Бровальский глянул на пленных. Десятки разных глаз со страшным напряжением смотрели на поле. И то, что происходило там, происходило в них самих. Но уже некоторые не смотрели туда. Отведя глаза, они стояли с замкнутым, беспокойным выражением, как бы не присутствуя при этом. Мысленно они уже отдали этого красноармейца и отделились, боясь только, как бы все связанное с ним не перенеслось на них. И вот это было самое страшное: разделение, начавшееся в людях, производимое одним из колес работавшей машины.
Красноармеец опять упал, но поднялся и теперь бежал сюда, а за ним, для большего устрашения пригибаясь к рулю, несся мотоциклист, под громкий хохот на площади. Бровальский увидел резко лицо красноармейца. Белое, выстиранное потом, с провалами глаз и щек, с черным провалом рта, захватывающего воздух, с выступавшими в расстегнутом воротнике мокрыми ключицами. Задыхающийся, загнанный до той стадии, когда человек ничего уже не способен понимать, а может бежать только, пока не упадет, он бежал на них. Он был одним из них, такой же, как они, он был их частью, но только они стояли под охраной, а за ним гнались на их глазах. И он бежал сейчас к ним. Но тут другой мотоциклист, с треском вылетев из-за дома, перерезал ему путь и погнал обратно в поле.
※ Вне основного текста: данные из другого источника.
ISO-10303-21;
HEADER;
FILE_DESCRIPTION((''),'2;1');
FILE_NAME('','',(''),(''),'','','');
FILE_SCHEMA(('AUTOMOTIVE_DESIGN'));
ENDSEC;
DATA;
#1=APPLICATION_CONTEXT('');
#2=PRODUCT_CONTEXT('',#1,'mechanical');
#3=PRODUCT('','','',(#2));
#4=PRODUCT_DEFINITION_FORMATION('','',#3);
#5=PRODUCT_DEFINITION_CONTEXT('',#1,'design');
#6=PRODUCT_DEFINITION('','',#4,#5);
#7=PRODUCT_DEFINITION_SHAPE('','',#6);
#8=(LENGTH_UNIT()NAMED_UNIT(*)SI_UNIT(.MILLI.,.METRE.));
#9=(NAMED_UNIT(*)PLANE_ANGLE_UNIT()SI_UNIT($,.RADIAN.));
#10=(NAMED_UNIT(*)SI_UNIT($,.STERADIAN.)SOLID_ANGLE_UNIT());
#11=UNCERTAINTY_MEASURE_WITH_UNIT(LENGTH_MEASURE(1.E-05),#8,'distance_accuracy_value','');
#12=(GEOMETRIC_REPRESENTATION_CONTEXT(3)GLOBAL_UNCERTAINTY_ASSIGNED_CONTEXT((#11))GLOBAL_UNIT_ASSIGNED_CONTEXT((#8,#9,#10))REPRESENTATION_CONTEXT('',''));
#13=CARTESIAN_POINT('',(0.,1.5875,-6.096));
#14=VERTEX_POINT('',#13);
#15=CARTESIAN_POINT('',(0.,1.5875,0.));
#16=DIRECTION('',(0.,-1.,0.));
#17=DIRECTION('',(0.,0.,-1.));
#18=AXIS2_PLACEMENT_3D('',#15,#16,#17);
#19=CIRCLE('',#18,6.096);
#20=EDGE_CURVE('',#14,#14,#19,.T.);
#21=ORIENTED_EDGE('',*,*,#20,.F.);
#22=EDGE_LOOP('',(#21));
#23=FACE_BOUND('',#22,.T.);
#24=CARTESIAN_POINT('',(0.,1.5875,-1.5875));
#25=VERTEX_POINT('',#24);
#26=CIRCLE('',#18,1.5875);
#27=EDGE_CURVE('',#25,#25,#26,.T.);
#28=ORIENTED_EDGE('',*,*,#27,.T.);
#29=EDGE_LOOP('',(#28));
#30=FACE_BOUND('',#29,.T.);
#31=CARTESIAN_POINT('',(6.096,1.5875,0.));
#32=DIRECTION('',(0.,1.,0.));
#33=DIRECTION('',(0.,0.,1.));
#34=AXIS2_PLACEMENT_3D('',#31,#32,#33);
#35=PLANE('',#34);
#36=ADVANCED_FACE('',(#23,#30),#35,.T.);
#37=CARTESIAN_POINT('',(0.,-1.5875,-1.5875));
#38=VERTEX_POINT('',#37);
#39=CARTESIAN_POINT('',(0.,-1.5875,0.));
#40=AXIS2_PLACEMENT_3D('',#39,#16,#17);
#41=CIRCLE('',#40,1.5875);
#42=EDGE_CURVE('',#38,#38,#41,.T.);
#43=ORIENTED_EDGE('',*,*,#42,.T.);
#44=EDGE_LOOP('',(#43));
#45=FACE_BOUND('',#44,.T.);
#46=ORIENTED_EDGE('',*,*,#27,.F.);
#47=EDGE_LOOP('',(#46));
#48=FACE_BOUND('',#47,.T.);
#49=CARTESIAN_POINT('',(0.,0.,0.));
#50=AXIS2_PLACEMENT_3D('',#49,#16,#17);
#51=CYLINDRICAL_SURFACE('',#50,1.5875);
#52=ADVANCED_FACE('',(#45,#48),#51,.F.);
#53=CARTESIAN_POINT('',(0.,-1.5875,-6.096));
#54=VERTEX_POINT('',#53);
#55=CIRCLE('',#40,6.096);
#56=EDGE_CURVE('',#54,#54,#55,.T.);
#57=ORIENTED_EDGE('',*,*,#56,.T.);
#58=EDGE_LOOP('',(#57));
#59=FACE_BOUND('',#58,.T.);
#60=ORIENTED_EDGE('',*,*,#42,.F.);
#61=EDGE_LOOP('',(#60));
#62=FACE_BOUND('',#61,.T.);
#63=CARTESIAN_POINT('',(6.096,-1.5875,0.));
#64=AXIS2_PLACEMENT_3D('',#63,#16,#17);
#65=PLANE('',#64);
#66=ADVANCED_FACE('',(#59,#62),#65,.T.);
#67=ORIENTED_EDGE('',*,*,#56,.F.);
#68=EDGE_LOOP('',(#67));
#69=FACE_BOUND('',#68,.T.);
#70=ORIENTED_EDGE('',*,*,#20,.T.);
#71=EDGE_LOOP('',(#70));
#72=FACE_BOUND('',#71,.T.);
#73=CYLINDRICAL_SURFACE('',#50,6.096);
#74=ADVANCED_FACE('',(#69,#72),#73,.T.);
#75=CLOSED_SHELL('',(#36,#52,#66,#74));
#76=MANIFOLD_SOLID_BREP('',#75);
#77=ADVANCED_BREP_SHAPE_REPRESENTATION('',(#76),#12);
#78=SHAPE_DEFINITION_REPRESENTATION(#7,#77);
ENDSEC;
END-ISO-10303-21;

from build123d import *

# Parameters (mm, degrees)
SKETCH1_W = 4.5085
SKETCH1_H = 3.175


with BuildPart() as part:
    # Sketch1 → Revolve1 (revolve)
    with BuildSketch(Plane.XY, mode=Mode.PRIVATE) as revolve1_sk:
        with Locations((3.84175, 0)):
            Rectangle(SKETCH1_W, SKETCH1_H)
    revolve(revolve1_sk.sketch.rotate(Axis((0, 0, 0), (0, 1, 0)), 90), axis=Axis((0, 0, 0), (0, 1, 0)))


solid = part.part
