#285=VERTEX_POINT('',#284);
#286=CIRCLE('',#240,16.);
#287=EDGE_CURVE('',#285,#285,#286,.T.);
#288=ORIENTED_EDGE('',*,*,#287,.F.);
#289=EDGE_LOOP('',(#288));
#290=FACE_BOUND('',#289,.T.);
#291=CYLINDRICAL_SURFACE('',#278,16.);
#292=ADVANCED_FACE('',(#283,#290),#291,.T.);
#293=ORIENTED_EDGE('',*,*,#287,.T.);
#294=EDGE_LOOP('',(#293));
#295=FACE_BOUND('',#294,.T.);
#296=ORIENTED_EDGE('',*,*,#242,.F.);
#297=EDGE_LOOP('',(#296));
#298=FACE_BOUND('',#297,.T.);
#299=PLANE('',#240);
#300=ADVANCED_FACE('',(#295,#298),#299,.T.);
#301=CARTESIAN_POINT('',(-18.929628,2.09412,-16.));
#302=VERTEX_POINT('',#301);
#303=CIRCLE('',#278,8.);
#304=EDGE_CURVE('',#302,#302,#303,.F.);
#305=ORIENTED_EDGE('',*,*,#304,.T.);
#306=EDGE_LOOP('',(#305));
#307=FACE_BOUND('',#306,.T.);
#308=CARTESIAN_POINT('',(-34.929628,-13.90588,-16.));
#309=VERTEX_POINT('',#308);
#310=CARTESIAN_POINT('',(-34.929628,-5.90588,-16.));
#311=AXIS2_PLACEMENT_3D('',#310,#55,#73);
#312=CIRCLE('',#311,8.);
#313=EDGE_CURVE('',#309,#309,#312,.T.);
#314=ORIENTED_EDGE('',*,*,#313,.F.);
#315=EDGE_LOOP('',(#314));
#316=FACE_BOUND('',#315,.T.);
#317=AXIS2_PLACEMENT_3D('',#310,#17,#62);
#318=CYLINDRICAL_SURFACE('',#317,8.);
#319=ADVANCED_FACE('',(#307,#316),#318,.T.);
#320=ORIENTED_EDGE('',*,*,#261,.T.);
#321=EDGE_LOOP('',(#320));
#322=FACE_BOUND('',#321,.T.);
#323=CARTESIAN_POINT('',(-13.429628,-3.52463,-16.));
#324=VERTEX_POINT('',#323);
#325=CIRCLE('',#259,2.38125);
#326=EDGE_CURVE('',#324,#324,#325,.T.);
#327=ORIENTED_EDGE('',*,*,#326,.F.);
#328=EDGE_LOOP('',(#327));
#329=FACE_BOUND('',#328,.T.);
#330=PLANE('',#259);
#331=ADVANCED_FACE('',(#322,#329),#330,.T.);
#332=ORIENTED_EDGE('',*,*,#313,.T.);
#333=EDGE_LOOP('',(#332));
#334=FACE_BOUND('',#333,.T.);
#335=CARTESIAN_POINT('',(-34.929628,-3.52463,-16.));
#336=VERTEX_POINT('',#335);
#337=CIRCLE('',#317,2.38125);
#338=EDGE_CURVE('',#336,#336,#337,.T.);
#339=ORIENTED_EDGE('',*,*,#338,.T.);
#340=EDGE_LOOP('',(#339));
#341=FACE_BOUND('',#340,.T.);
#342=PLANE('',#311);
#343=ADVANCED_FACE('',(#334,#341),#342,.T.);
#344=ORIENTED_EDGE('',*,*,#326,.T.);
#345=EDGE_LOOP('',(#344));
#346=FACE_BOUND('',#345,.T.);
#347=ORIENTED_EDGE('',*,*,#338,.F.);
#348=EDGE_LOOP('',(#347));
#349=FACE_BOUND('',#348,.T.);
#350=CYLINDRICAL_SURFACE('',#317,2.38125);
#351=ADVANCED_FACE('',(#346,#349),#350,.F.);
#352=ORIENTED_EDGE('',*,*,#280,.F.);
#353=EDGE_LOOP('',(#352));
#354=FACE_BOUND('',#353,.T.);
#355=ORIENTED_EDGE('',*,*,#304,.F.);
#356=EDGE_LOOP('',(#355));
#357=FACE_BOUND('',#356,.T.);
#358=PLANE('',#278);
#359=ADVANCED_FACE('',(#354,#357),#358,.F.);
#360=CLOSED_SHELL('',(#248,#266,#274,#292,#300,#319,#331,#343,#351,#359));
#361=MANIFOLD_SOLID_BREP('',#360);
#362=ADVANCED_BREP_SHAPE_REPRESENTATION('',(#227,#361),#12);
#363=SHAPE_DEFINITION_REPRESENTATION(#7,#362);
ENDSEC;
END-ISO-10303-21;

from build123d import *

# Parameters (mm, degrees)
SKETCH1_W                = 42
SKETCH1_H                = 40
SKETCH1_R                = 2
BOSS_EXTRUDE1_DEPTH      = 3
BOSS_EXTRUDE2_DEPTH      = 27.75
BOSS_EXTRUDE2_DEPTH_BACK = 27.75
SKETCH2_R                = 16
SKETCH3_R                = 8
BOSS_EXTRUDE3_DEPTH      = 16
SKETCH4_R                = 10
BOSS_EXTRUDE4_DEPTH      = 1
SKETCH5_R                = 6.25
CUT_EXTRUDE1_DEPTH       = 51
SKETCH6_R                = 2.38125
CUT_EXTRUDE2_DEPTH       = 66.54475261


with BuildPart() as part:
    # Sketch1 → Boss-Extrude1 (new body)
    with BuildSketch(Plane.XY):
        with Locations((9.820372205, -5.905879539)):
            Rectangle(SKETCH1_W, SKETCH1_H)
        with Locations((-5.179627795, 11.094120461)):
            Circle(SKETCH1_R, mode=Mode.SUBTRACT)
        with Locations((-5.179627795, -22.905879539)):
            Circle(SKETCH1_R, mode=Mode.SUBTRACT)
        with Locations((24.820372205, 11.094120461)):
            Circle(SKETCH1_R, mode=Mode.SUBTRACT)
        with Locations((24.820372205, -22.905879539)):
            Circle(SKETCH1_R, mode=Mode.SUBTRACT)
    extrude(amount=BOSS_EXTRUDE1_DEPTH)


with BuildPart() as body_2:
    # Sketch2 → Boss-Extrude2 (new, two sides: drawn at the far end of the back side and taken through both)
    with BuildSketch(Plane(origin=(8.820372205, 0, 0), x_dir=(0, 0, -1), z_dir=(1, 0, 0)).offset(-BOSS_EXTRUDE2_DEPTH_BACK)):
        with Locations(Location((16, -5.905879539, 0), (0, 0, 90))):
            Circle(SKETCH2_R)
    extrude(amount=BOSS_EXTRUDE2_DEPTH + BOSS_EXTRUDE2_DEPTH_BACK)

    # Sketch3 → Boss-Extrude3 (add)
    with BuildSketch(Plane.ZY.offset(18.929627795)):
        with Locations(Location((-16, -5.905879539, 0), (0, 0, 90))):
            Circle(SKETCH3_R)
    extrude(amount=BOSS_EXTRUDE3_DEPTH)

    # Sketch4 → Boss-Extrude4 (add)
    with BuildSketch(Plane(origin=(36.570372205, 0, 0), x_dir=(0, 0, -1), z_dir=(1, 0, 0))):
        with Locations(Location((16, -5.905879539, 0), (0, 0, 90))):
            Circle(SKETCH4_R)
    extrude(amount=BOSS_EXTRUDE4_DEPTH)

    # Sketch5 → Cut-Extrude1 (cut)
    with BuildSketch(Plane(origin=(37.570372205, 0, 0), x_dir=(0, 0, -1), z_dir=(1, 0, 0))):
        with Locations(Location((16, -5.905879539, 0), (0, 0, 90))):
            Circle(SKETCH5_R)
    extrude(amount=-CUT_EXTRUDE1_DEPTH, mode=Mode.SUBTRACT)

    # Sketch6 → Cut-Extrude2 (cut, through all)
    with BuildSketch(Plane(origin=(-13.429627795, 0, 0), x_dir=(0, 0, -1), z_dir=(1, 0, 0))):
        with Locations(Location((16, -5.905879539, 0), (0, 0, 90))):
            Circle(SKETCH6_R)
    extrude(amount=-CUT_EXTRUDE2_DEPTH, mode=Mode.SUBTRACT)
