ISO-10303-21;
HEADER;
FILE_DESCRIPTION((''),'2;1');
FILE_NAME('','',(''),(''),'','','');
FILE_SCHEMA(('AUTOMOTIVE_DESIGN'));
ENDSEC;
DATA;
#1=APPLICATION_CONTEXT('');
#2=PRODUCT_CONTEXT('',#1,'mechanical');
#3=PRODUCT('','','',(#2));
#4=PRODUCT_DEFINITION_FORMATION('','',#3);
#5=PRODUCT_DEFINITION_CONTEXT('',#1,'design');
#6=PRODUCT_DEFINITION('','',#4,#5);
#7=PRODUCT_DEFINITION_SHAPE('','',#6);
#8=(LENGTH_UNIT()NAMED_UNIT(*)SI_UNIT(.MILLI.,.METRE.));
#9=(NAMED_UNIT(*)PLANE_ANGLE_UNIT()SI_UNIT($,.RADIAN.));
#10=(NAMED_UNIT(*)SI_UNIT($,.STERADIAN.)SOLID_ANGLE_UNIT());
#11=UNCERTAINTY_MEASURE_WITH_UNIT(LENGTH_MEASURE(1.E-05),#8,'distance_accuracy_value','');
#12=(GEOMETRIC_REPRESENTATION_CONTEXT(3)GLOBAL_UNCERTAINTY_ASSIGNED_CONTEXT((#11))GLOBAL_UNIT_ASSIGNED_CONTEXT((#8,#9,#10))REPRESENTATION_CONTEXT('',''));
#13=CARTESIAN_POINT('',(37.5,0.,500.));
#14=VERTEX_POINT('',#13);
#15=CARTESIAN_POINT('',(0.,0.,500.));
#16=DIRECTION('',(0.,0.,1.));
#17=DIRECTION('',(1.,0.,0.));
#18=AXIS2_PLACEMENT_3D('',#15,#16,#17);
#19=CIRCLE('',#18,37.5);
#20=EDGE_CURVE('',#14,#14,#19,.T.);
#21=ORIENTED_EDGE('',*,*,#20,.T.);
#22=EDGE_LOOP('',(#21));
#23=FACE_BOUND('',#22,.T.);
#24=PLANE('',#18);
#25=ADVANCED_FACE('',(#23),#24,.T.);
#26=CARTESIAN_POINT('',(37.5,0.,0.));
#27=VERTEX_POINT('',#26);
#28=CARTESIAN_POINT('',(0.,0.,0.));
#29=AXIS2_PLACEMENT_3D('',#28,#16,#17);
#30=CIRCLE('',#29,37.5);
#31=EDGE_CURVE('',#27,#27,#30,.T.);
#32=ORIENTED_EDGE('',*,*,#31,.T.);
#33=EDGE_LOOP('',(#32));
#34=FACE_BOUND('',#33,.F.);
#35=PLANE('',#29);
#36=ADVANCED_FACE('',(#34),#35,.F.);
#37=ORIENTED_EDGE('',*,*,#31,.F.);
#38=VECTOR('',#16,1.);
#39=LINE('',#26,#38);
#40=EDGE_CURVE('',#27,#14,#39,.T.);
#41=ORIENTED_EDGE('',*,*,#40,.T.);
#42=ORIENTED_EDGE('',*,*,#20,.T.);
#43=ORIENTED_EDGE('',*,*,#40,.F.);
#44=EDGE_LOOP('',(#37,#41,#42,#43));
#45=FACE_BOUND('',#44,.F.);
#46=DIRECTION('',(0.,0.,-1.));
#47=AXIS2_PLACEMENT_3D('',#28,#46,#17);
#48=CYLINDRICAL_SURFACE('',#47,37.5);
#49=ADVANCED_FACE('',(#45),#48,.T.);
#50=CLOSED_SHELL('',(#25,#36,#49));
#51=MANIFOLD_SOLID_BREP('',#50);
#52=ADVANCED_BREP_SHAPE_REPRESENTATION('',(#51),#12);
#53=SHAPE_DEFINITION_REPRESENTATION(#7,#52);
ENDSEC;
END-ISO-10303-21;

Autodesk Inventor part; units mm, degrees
ref_plane "YZ Plane" through (0, 0, 0) normal (1, 0, 0) x (0, 1, 0)
ref_plane "XZ Plane" through (0, 0, 0) normal (0, 1, 0) x (-1, 0, 0)
ref_plane "XY Plane" through (0, 0, 0) normal (0, 0, 1) x (1, 0, 0)
sketch "Sketch1" plane through (0, 0, 0) normal (0, 0, 1) x (1, 0, 0)
  circle A0 centre (0, 0) radius 37.5
  dimension "d0" = 75
extrude "Extrusion1" add sketch "Sketch1" along normal blind 500
properties part number "gas"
И в тот же момент Бровальский, порвав в себе общую цепь, сковавшую всех, вышел из рядов мимо часового. Он шел через площадь, неся прижатой к телу правую раненую руку, не думая о том, что в него могут выстрелить или остановить. Шел, как человек, имеющий право. Если бы он метнулся или побежал, в часовом сам собою сработал бы древний инстинкт, наиболее остро проявляющийся в собаках и в людях при виде бегущего. Но Бровальский не бежал и шел не от опасности, а к ней по прямой через площадь, сокращая расстояние. И часовой, для которого и он и все пленные только что были общей толпой, над которой он чувствовал неизмеримое превосходство вооруженного над невооруженным, шел за ним с наставленным автоматом, не решаясь сделать что-либо, словно конвоировал его.
На площади немцы тоже увидели и оборачивались, иные с интересом ожидая, что их еще повеселят. Они были все вместе и вооружены, а он один, ранен, и солдат с автоматом шел за ним, не отпуская далеко. И все же что-то в этом раненом командире, который один шел на них, было такое, что передавалось на расстоянии, как тревога.
Из всех лиц немцев, слившихся в одно, Бровальский видел сейчас только лицо офицера и в него смотрел мрачно блестевшими глазами. Стал вдруг отчетливо слышен треск мотоцикла за деревней. В наступившей тишине все почувствовали: что-то должно случиться. Это чувствовали пленные, боясь и радуясь, чувствовали немцы.
— Прекратите представление! — тихо от душившей его ненависти сказал по-немецки Бровальский, настолько тихо, что никто из пленных на отдалении не расслышал. Они только видели, как он что-то сказал.